La directive -DUSE_POLKIT=true provoque une demande d'authentification root pour utiliser les outils GUI et invalide les outils CLI pour un utilisateur ordinaire.

L’auteur du logiciel indique à https://mhogomchungu.github.io/zuluCrypt/

 *Quote:*   

> Les paquets de zuluCrypt que je fournis sont meilleurs que ceux fournis par les distributions pour les raisons suivantes :
> 
> 1) Mes paquets ne génèrent pas d’invite polkit nécessitant un mot de passe root lorsque les composants de l’interface graphique sont démarrés.
> 
> 2) Mes paquets fournissent des composants CLI qui fonctionnent à partir d’un compte utilisateur normal.

 

Je cherche à comprendre la raison qui pousse les distributions à utiliser la directive -DUSE_POLKIT=true ?

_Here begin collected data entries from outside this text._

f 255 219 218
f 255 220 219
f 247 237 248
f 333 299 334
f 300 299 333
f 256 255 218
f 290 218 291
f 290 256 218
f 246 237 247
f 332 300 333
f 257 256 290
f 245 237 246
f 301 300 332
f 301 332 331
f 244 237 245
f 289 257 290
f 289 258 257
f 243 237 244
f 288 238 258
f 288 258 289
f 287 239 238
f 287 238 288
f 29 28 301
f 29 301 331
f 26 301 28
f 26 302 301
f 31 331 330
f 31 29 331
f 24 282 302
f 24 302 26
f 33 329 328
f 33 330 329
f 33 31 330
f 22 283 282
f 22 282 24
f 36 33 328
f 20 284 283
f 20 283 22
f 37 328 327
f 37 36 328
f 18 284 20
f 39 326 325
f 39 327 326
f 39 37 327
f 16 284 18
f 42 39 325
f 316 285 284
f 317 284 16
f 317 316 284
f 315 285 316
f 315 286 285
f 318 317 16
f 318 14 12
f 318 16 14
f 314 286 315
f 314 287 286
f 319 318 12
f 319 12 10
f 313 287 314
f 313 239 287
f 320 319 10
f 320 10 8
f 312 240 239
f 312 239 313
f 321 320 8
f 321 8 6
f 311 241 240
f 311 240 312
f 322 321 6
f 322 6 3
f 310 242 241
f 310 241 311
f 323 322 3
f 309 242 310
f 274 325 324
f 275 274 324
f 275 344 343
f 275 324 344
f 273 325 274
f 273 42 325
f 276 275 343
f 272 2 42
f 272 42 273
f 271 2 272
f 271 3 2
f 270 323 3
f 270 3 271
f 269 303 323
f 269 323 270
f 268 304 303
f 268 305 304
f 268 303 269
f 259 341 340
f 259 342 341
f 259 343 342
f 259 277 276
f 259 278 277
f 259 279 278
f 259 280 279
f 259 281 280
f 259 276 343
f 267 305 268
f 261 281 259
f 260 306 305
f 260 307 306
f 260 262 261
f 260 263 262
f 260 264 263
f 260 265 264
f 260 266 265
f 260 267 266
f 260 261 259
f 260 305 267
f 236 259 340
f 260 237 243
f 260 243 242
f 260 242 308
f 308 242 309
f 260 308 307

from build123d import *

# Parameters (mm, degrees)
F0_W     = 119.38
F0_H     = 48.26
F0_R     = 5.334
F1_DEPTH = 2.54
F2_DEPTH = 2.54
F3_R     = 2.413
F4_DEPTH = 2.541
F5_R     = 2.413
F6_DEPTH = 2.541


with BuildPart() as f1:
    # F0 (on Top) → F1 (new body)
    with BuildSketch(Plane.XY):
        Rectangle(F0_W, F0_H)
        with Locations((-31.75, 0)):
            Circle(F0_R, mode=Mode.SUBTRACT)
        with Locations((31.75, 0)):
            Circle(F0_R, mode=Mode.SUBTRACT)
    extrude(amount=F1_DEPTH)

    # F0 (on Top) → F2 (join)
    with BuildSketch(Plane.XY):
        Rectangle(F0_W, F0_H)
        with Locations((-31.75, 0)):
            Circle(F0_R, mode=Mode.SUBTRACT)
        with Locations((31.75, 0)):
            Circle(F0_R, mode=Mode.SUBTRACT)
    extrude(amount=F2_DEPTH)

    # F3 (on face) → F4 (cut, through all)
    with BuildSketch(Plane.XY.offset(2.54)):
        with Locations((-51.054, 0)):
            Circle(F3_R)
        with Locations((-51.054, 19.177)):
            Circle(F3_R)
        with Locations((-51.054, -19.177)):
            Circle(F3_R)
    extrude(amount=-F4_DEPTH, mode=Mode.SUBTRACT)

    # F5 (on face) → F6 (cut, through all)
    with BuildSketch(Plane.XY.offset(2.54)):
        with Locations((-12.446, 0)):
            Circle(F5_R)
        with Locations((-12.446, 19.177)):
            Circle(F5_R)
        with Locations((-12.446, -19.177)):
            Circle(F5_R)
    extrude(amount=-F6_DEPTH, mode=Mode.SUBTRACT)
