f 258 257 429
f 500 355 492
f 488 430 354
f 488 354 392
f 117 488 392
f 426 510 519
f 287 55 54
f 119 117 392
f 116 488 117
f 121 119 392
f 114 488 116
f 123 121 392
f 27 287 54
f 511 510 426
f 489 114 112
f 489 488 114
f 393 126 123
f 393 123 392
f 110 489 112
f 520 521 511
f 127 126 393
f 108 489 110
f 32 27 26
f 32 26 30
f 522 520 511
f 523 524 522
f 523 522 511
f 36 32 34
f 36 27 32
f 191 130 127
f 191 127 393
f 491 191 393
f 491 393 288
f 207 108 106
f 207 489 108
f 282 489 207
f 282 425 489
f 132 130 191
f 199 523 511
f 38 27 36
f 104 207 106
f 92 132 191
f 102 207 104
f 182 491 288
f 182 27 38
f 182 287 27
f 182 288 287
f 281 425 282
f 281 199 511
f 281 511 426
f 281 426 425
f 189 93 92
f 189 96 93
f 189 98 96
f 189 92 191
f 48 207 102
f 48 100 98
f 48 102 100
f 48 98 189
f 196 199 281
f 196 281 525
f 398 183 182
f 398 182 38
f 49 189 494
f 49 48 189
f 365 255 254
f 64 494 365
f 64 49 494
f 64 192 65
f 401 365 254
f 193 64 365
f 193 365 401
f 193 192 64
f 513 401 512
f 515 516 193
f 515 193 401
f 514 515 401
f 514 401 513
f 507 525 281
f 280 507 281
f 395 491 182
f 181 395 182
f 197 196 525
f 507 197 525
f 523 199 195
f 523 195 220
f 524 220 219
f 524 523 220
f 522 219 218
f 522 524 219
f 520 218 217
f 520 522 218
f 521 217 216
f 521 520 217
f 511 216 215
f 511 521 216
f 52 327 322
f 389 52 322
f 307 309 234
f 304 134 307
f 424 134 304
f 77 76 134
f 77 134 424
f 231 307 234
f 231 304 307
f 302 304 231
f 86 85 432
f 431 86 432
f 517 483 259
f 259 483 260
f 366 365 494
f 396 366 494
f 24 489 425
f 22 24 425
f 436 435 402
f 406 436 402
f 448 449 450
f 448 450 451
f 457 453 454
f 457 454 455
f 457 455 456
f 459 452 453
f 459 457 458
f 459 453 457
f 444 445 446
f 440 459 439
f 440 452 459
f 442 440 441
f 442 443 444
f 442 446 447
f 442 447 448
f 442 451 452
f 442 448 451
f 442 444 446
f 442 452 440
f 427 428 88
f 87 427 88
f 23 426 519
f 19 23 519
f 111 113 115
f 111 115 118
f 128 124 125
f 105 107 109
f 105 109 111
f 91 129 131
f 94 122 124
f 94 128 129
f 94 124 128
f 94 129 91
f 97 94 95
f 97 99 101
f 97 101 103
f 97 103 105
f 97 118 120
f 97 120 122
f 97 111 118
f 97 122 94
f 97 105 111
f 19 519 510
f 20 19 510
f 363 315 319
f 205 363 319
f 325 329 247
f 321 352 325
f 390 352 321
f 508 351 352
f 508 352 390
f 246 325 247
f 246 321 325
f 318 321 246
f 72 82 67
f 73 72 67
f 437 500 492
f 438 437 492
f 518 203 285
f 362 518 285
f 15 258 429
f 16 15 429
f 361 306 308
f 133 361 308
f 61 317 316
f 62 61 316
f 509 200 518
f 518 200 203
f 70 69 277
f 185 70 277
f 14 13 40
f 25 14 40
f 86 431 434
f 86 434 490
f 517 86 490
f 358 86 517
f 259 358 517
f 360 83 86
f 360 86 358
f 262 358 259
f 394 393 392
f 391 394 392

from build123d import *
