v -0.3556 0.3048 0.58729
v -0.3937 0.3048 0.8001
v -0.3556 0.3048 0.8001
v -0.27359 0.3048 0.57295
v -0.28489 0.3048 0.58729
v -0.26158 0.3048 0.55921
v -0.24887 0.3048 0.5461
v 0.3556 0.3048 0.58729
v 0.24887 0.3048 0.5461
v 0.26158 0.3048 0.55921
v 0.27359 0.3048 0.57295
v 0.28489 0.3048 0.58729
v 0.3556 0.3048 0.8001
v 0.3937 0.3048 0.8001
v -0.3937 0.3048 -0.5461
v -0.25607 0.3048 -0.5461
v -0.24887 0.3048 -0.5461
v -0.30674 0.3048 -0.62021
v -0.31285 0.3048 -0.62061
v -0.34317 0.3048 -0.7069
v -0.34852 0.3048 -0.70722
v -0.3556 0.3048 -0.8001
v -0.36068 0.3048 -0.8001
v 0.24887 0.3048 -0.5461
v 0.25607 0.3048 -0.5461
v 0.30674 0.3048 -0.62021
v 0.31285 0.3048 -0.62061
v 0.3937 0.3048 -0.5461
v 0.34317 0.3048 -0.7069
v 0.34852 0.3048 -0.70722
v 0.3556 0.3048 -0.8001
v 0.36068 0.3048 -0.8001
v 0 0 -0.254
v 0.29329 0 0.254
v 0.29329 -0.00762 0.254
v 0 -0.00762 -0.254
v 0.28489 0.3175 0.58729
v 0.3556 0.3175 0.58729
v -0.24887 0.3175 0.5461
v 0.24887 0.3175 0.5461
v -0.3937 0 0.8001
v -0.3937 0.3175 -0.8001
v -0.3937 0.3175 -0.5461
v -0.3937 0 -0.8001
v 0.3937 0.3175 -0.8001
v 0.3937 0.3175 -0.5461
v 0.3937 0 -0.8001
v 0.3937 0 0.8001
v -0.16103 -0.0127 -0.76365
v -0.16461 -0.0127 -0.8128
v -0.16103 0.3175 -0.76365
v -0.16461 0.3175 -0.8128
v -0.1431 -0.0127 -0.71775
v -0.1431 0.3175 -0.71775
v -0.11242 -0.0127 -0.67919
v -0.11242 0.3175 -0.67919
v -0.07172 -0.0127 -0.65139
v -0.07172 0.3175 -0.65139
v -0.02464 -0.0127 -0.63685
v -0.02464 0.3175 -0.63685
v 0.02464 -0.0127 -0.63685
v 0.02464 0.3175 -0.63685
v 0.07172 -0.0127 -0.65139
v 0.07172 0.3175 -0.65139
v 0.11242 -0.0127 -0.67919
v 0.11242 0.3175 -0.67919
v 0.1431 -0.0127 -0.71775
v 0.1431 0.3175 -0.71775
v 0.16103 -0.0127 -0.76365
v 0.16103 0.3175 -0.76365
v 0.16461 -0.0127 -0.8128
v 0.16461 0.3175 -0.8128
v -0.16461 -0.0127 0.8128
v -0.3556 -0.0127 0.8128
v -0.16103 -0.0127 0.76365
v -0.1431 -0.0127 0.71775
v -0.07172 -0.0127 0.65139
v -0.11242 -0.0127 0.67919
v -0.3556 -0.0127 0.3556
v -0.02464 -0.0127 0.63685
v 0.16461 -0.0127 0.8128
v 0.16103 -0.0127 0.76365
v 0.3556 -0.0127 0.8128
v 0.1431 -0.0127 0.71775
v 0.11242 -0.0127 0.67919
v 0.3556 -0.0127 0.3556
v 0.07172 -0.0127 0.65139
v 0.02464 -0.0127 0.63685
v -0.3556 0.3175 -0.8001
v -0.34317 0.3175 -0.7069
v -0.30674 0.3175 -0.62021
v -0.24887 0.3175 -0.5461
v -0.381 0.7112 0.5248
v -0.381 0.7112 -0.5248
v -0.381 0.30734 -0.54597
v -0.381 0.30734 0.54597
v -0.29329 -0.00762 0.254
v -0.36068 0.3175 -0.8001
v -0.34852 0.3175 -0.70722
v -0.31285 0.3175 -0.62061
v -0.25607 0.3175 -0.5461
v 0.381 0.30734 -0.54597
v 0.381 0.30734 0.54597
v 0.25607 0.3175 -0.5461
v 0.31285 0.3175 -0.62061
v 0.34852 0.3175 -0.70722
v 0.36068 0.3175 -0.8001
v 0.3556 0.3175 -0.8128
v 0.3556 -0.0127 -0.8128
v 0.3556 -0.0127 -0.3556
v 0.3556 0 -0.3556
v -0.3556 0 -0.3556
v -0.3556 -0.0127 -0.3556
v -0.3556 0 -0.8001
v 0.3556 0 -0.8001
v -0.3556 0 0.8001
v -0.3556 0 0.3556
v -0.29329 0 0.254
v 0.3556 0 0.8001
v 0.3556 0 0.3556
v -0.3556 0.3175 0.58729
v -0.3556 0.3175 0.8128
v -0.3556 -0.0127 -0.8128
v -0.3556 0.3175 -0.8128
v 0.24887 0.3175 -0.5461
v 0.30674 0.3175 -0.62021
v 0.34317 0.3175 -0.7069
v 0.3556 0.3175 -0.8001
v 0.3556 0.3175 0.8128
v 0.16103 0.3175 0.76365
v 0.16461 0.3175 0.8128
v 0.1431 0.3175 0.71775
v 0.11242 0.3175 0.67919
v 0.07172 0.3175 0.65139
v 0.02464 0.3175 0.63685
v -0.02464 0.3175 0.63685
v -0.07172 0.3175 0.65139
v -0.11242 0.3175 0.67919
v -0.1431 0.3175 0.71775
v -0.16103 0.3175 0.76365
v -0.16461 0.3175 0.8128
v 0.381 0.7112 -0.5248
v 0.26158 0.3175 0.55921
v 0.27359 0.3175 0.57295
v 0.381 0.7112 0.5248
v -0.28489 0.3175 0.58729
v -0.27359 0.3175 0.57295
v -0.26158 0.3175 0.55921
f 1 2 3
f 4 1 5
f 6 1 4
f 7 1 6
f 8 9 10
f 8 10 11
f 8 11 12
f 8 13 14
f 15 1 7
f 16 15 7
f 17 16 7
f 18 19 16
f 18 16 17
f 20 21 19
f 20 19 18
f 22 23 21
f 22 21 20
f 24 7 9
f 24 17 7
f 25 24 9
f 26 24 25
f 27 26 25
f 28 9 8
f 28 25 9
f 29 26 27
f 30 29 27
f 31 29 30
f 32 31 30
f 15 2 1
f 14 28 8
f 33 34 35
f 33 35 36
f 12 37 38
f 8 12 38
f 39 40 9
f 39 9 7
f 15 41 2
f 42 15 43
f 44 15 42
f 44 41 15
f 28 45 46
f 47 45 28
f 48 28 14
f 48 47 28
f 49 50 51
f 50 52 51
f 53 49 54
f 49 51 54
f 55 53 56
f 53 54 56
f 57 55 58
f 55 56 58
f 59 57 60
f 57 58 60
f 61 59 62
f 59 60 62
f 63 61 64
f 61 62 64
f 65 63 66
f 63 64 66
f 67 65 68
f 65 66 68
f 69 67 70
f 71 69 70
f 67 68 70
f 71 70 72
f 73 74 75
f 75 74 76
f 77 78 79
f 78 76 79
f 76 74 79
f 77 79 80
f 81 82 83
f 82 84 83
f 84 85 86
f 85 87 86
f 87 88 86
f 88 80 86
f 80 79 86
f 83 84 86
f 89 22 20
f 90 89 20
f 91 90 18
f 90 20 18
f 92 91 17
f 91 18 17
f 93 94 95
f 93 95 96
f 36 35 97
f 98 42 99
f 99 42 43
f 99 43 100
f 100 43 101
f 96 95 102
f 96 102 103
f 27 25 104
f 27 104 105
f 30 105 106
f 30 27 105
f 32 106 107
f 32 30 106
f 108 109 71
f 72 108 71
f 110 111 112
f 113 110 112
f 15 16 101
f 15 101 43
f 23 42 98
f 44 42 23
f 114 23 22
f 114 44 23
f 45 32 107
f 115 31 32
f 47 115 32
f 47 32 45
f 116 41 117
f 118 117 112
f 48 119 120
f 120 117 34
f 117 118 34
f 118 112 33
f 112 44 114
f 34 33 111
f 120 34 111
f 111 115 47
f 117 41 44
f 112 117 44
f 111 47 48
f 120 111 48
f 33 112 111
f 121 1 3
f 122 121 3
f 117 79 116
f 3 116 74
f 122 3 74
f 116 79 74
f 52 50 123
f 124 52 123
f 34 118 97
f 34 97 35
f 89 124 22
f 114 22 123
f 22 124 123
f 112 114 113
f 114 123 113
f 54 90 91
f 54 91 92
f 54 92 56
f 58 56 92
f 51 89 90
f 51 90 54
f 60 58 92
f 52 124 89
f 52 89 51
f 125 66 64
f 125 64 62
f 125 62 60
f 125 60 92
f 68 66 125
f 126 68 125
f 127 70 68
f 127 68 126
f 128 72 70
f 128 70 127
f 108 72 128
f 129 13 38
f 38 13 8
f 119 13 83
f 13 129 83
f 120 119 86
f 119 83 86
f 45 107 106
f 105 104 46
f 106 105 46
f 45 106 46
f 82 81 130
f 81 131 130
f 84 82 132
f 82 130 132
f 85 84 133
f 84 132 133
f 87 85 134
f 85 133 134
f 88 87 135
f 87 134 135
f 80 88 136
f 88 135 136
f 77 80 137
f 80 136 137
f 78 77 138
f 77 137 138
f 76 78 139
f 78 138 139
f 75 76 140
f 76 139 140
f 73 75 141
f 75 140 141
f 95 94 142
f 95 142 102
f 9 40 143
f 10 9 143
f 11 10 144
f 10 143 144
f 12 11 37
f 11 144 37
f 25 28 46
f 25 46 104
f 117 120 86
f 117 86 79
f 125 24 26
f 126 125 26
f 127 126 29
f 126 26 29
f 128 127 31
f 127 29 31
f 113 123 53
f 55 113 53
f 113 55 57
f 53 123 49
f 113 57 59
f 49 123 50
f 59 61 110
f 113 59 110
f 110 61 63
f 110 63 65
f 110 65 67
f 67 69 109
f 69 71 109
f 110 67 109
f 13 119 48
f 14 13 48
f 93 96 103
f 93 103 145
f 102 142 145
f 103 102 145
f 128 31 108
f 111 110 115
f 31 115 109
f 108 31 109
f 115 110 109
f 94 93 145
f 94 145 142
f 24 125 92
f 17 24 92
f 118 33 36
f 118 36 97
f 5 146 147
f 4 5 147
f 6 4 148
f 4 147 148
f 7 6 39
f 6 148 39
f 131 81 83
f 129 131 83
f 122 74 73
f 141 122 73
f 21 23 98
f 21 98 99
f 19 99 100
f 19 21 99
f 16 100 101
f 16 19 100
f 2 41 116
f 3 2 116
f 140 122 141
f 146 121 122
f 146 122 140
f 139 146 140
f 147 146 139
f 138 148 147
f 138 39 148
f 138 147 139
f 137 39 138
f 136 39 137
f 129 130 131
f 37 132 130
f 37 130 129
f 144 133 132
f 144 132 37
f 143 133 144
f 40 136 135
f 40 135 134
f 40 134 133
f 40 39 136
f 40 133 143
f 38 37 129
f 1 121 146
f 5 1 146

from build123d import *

# Parameters (mm, degrees)
BOSS_EXTRUDE1_DEPTH   = 0.3048
BOSS_EXTRUDE1_START   = -0.0127
BOSS_EXTRUDE1_2_DEPTH = 0.3302
BOSS_EXTRUDE1_3_DEPTH = 0.0127
SKETCH2_W             = 0.7112
SKETCH2_H             = 0.0127
CUT_EXTRUDE1_DEPTH    = 0.7112
SKETCH3_W             = 0.7112
SKETCH3_H             = 0.0127
CUT_EXTRUDE2_DEPTH    = 1.0922
BOSS_EXTRUDE2_DEPTH   = 0.0127
BOSS_EXTRUDE3_DEPTH   = 0.0127
CUT_EXTRUDE3_DEPTH    = 0.0127
CUT_EXTRUDE4_DEPTH    = 0.0127
BOSS_EXTRUDE4_DEPTH   = 0.00762
HOLE1_D               = 0.3302
BOSS_EXTRUDE5_DEPTH   = 0.762


with BuildPart() as part:
    # Boss-Extrude1: read off the stored shape, not the designer's step
    # Boss-Extrude1 outline → Boss-Extrude1 (new body)
    with BuildSketch(Plane(origin=(0, 0, 0), x_dir=(1, 0, 0), z_dir=(0, 1, 0))):
        Polygon((-0.3937, -0.8001), (-0.3556, -0.8001), (-0.3556, -0.8128), (0.3556, -0.8128), (0.3556, -0.8001), (0.3937, -0.8001), (0.3937, 0.8001), (0.3556, 0.8001), (0.3556, 0.8128), (-0.3556, 0.8128), (-0.3556, 0.8001), (-0.3937, 0.8001), align=None)
    extrude(amount=BOSS_EXTRUDE1_DEPTH)

    # Boss-Extrude1 2 outline → Boss-Extrude1 2 (add)
    with BuildSketch(Plane(origin=(0, 0, 0), x_dir=(1, 0, 0), z_dir=(0, 1, 0)).offset(BOSS_EXTRUDE1_START)):
        with BuildLine():
            Line((-0.3556, 0.8128), (-0.3556, 0.8001))
            ThreePointArc((-0.3556, 0.8001), (-0.327832943, 0.662343252), (-0.248868158, 0.5461))
            Line((-0.248868158, 0.5461), (-0.3556, 0.5461))
            Line((-0.3556, 0.5461), (-0.3556, -0.8128))
            Line((-0.3556, -0.8128), (0.3556, -0.8128))
            Line((0.3556, -0.8128), (0.3556, 0.5461))
            Line((0.3556, 0.5461), (0.248868158, 0.5461))
            ThreePointArc((0.248868158, 0.5461), (0.327832943, 0.662343252), (0.3556, 0.8001))
            Line((0.3556, 0.8001), (0.3556, 0.8128))
            Line((0.3556, 0.8128), (-0.3556, 0.8128))
        make_face()
    extrude(amount=BOSS_EXTRUDE1_2_DEPTH)

    # Boss-Extrude1 3 outline → Boss-Extrude1 3 (add)
    with BuildSketch(Plane(origin=(0, 0, 0), x_dir=(1, 0, 0), z_dir=(0, 1, 0)).offset(BOSS_EXTRUDE1_START)):
        with BuildLine():
            ThreePointArc((-0.248868158, 0.5461), (-0.327832943, 0.662343252), (-0.3556, 0.8001))
            Line((-0.3556, 0.8001), (-0.3556, 0.5461))
            Line((-0.3556, 0.5461), (-0.248868158, 0.5461))
        make_face()
        with BuildLine():
            Line((0.3556, 0.5461), (0.3556, 0.8001))
            ThreePointArc((0.3556, 0.8001), (0.327832943, 0.662343252), (0.248868158, 0.5461))
            Line((0.248868158, 0.5461), (0.3556, 0.5461))
        make_face()
    extrude(amount=BOSS_EXTRUDE1_3_DEPTH)

    # Sketch2 → Cut-Extrude1 (cut)
    with BuildSketch(Plane(origin=(0, 0, -0.3556), x_dir=(-1, 0, 0), z_dir=(0, 0, -1))):
        with Locations((0, -0.00635)):
            Rectangle(SKETCH2_W, SKETCH2_H)
    extrude(amount=-CUT_EXTRUDE1_DEPTH, mode=Mode.SUBTRACT)

    # Sketch3 → Cut-Extrude2 (cut)
    with BuildSketch(Plane(origin=(0, 0, -0.5461), x_dir=(-1, 0, 0), z_dir=(0, 0, -1))):
        with Locations((0, 0.31115)):
            Rectangle(SKETCH3_W, SKETCH3_H)
    extrude(amount=-CUT_EXTRUDE2_DEPTH, mode=Mode.SUBTRACT)

    # Sketch4 → Boss-Extrude2 (add)
    with BuildSketch(Plane(origin=(0, 0.3048, 0), x_dir=(-1, 0, 0), z_dir=(0, 1, 0))):
        with BuildLine():
            Line((-0.3937, -0.5461), (-0.25607433, -0.5461))
            ThreePointArc((-0.25607433, -0.5461), (-0.333504836, -0.662751587), (-0.36068, -0.8001))
            Line((-0.36068, -0.8001), (-0.3937, -0.8001))
            Line((-0.3937, -0.8001), (-0.3937, -0.5461))
        make_face()
    extrude(amount=BOSS_EXTRUDE2_DEPTH)

    # Sketch5 → Boss-Extrude3 (add)
    with BuildSketch(Plane(origin=(0, 0.3048, 0), x_dir=(-1, 0, 0), z_dir=(0, 1, 0))):
        with BuildLine():
            Line((0.25607433, -0.5461), (0.3937, -0.5461))
            Line((0.3937, -0.5461), (0.3937, -0.8001))
            Line((0.3937, -0.8001), (0.36068, -0.8001))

Et ainsi également invalider les outils CLI pour un utilisateur ordinaire.

Gentoo ne propose pas de drapeau policykit pour la version app-crypt/zulucrypt-5.4.0::gentoo par exemple.

Merci de donner un éclairage sur cette situation  :Smile: 

Est-il possible de fixer à posteriori le bit suid sur les composants CLI pour éviter une compilation ?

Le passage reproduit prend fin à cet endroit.